It’s been a while since my last report because this particular task took me more time than I anticipated. GDScript now got a much needed optimization.
See other articles in this Godot 4.0 GDScript series:
- GDScript progress report: Writing a tokenizer
- GDScript progress report: Writing a new parser
- GDScript progress report: Type checking is back
- GDScript progress report: New GDScript is now merged
- (you are here) GDScript progress report: Typed instructions
- GDScript progress report: Feature-complete for 4.0
Between my last report and this one I’ve been fixing many bugs in the new GDScript. While not thorough, it should be stable enough to not crash all the time. I am aware that a lot of bugs remain, but I’ll iron them out when the features are complete.
As I said before, if you found a bug not yet reported make sure to open a new issue so I can be aware of it.
Code generation abstraction
Before I delved into the interpreter, I created another class for abstracting the code generation process in the compiler. This allows new targets to be added without messing with the compiler itself by just adding a new implementation of that abstraction.
That should allow us later on to more easily add new targets like compiling to LLVM or C (note that those ideas are not settled, we still need to investigate the best way to do it). It also might simplify how we apply an optimization phase to GDScript code.
This doesn’t yet have a pluggable interface, so it’s hardcoded for the single target that we have for now (the GDScript interpreter itself) but once we have new targets we can easily adapt to our needs.

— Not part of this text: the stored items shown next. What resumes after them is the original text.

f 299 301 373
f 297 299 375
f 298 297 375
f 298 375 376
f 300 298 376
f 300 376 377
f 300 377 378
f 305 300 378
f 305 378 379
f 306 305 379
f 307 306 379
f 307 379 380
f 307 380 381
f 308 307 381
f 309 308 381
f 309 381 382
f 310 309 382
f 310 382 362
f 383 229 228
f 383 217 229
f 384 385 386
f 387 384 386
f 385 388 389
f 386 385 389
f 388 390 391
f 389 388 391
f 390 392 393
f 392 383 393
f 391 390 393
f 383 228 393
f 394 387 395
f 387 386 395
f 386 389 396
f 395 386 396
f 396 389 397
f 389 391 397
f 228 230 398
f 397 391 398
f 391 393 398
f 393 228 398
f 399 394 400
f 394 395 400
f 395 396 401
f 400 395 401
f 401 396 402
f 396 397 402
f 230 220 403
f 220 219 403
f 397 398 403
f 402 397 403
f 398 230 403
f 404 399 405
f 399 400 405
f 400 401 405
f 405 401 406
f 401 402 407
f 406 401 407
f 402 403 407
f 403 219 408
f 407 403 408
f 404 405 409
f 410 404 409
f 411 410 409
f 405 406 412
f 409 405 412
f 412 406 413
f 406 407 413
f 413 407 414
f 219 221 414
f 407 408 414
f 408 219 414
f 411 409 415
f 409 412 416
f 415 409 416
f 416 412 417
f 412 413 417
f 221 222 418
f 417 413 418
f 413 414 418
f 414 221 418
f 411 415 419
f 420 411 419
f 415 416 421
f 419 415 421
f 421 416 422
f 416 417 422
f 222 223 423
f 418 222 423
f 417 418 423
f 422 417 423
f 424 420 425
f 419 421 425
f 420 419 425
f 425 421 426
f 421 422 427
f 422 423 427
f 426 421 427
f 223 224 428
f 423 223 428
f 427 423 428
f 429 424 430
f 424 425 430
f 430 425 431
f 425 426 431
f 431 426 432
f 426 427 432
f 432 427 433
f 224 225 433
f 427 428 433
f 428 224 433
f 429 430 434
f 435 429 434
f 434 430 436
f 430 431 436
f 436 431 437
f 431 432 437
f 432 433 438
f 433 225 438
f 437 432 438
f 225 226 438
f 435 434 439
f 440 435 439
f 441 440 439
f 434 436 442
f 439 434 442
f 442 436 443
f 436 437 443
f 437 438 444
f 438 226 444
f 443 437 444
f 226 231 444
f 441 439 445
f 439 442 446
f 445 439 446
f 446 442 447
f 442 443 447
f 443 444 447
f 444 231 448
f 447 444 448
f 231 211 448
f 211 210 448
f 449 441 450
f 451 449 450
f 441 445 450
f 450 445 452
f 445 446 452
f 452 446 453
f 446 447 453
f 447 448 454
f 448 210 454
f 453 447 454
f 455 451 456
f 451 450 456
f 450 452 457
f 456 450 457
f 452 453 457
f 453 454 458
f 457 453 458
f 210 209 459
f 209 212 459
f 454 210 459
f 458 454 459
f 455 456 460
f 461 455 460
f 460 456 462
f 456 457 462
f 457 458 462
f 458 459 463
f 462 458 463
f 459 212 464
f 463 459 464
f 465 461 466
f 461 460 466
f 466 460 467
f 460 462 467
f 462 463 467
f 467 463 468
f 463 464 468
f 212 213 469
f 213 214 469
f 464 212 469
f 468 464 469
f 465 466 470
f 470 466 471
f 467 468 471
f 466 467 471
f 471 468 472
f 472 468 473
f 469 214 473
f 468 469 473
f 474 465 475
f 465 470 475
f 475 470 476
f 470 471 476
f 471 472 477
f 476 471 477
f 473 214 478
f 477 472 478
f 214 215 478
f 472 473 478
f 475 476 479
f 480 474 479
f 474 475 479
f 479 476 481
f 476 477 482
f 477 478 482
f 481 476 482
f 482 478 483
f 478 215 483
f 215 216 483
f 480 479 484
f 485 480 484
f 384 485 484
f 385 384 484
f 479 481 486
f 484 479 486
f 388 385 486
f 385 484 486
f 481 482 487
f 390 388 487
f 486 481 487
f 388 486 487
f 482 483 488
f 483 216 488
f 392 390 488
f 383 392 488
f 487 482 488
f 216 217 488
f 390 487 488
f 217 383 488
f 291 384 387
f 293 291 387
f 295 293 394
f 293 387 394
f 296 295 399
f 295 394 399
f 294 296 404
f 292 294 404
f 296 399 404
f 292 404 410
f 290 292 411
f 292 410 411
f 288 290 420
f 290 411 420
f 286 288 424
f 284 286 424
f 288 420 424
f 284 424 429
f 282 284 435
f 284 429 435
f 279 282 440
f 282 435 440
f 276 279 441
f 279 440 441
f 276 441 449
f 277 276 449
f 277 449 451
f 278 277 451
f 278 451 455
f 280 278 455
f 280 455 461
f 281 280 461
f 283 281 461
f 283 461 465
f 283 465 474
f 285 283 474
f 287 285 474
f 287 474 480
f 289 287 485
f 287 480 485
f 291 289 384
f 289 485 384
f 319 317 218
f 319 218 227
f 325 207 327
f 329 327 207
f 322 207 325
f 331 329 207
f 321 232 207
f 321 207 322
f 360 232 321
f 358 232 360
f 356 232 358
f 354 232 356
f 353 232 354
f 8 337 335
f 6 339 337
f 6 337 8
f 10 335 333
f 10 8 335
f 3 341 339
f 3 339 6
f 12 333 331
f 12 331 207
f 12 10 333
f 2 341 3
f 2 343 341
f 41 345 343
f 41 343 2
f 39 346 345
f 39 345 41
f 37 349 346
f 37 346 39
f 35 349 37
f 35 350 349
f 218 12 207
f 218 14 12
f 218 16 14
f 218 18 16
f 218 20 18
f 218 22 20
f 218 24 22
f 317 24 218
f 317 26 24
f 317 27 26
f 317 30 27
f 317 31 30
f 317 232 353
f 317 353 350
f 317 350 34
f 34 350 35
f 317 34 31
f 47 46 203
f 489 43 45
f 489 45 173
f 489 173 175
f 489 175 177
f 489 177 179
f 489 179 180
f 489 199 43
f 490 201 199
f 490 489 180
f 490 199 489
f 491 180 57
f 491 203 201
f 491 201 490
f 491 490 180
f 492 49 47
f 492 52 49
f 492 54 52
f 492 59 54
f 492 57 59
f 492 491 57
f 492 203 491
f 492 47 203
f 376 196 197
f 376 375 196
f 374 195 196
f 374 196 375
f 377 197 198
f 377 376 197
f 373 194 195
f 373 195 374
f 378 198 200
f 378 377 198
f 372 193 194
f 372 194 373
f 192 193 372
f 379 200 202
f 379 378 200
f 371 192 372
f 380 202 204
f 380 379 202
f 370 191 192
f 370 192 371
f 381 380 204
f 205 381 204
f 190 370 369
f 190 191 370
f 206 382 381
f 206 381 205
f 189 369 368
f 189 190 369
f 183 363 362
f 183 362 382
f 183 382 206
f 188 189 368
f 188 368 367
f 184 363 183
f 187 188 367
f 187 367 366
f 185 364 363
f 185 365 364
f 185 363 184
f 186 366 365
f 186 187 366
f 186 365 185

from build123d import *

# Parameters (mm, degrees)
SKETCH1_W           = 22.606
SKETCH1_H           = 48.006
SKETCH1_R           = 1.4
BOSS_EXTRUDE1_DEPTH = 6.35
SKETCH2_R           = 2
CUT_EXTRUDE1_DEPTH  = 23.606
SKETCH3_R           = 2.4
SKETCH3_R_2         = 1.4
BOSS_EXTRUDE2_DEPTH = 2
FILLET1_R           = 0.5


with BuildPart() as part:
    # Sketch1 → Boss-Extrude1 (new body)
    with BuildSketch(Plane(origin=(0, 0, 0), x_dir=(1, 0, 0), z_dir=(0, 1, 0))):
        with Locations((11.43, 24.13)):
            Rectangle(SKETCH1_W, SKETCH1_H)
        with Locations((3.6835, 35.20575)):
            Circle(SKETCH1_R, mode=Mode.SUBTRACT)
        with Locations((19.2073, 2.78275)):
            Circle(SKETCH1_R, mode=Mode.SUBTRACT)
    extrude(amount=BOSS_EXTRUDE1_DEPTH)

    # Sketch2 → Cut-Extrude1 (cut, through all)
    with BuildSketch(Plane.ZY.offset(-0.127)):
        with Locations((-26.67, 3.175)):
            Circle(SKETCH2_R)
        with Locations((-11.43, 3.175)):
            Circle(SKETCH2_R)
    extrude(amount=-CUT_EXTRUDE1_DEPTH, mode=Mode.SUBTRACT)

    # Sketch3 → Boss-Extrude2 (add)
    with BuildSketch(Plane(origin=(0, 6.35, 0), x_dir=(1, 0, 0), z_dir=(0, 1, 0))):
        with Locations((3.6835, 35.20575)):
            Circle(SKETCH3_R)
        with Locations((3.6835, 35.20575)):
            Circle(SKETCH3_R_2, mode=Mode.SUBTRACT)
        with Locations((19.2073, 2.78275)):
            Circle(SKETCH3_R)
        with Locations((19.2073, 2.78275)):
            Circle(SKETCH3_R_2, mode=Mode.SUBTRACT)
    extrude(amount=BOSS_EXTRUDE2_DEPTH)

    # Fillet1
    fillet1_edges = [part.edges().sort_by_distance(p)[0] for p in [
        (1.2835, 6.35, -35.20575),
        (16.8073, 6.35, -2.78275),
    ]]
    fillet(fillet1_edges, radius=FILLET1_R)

I know many of you have been waiting for this. GDScript has had optional typing for quite a while, but so far it had only been for validation in the compilation phase. Now we’re finally getting some performance boost at runtime.
Note that some optimized instructions are applied with type inference but to enjoy the most benefit you have to use static typing for everything (you also get safer code, so it’s a plus).
So what kinds of instructions do we have? Here’s a short list:
- Operations (such as
&, etc.), when the type of the operands are known.
- Subscript/attribute access (like
a.b), when the types of both the base and index are known.
- Function calls for built-in and native (C++) types, when the base type is known.
- Those get special cases when argument types are also known.
- Built-in function calls (like
randi()), when the type of the arguments are known.
- Note that arguments that require conversion might not get a faster path.
- Iteration (use of
forloop) when the type of the iterated value is known.
Doesn’t sound like a lot but since those got a lot of variations for the type combinations, the number of instructions got quite a bit larger. Those are the most used and where performance matters more.
Why is this faster?
Having specific instructions for when type is known allows us to take shortcuts in the interpreter. For example, if we know we are adding two integer values, we can take the pointer for the integer values from the Variants and just add them (literally a
+ in the C++ source code). Before we had to not only look up the types of the operands but also the operation itself at runtime which takes a while.
Function calls for native types are also a very special case since we can take a pointer to the function and call it directly when the arguments are already validated. This is what is used in GDNative and C# for instance, since they have static typing by default.
How faster is it?
I have made a few synthetic benchmarks to test how faster a typed instruction was than a regular untyped one. This consisted in running all in a loop and measuring the time it took. Assuming the loop takes the same amount of time in both cases, the difference in time should be the instruction itself. Typed instructions are consistently faster in all tests.
- Subscript/attribute: about 5-7% faster
- Operations: about 25-50% faster
- Function calls in built-in types (without pre-validated arguments): about 30% faster
- Function calls in built-in types (with pre-validated arguments): about 70% faster
- Function calls in native classes (without pre-validated arguments): about 70-80% faster
- Function calls in native classes (with pre-validated arguments): about 120-150% faster
- Built-in function calls: about 25-50% faster
- Iteration: about 10-50% faster (dictionaries and strings have a lesser performance gain)
Those were measured with a debug build. It should perform better with release builds.
Can it be more optimized?
Yes, there are still room for further optimization. But since it can get quite complicated we left this for a later review. There are some inner working in the VM that could be better. For instance, we could reduce the type changes in the stack (when they are attributed a new value) which reduce the operations needed to perform the instructions, making them faster. We could also improve type inference to rely less on static typing and allow simpler code to still get a speed boost.
Also, code in GDScript is not yet optimized by the compiler. Once we reach that it’ll certainly improve overall speed of execution of the scripts.
I want to point out GDScript is not as slow as some imagine. Much of what you do is leveraged to the engine internals, which are built in C++ and optimized already. In my tests I had loops of 100,000 iterations and even the function calls (which are generally slower) were hitting about 70ms for running the whole loop (sure I do have a somewhat good CPU, but this is running single-threaded in debug mode). While it might be a bit slower than other languages, it’s definitely up for the task at hand (that is, making game logic).
Now that this first optimization of the VM is complete, I’ll be a bit away from GDScript to focus on GDNative. Since it doesn’t have a dedicated maintainer anymore and it needs many improvements, especially on the usability side. We’ll meet with coredevs familiar with GDNative to decide what needs to be done and start working on it.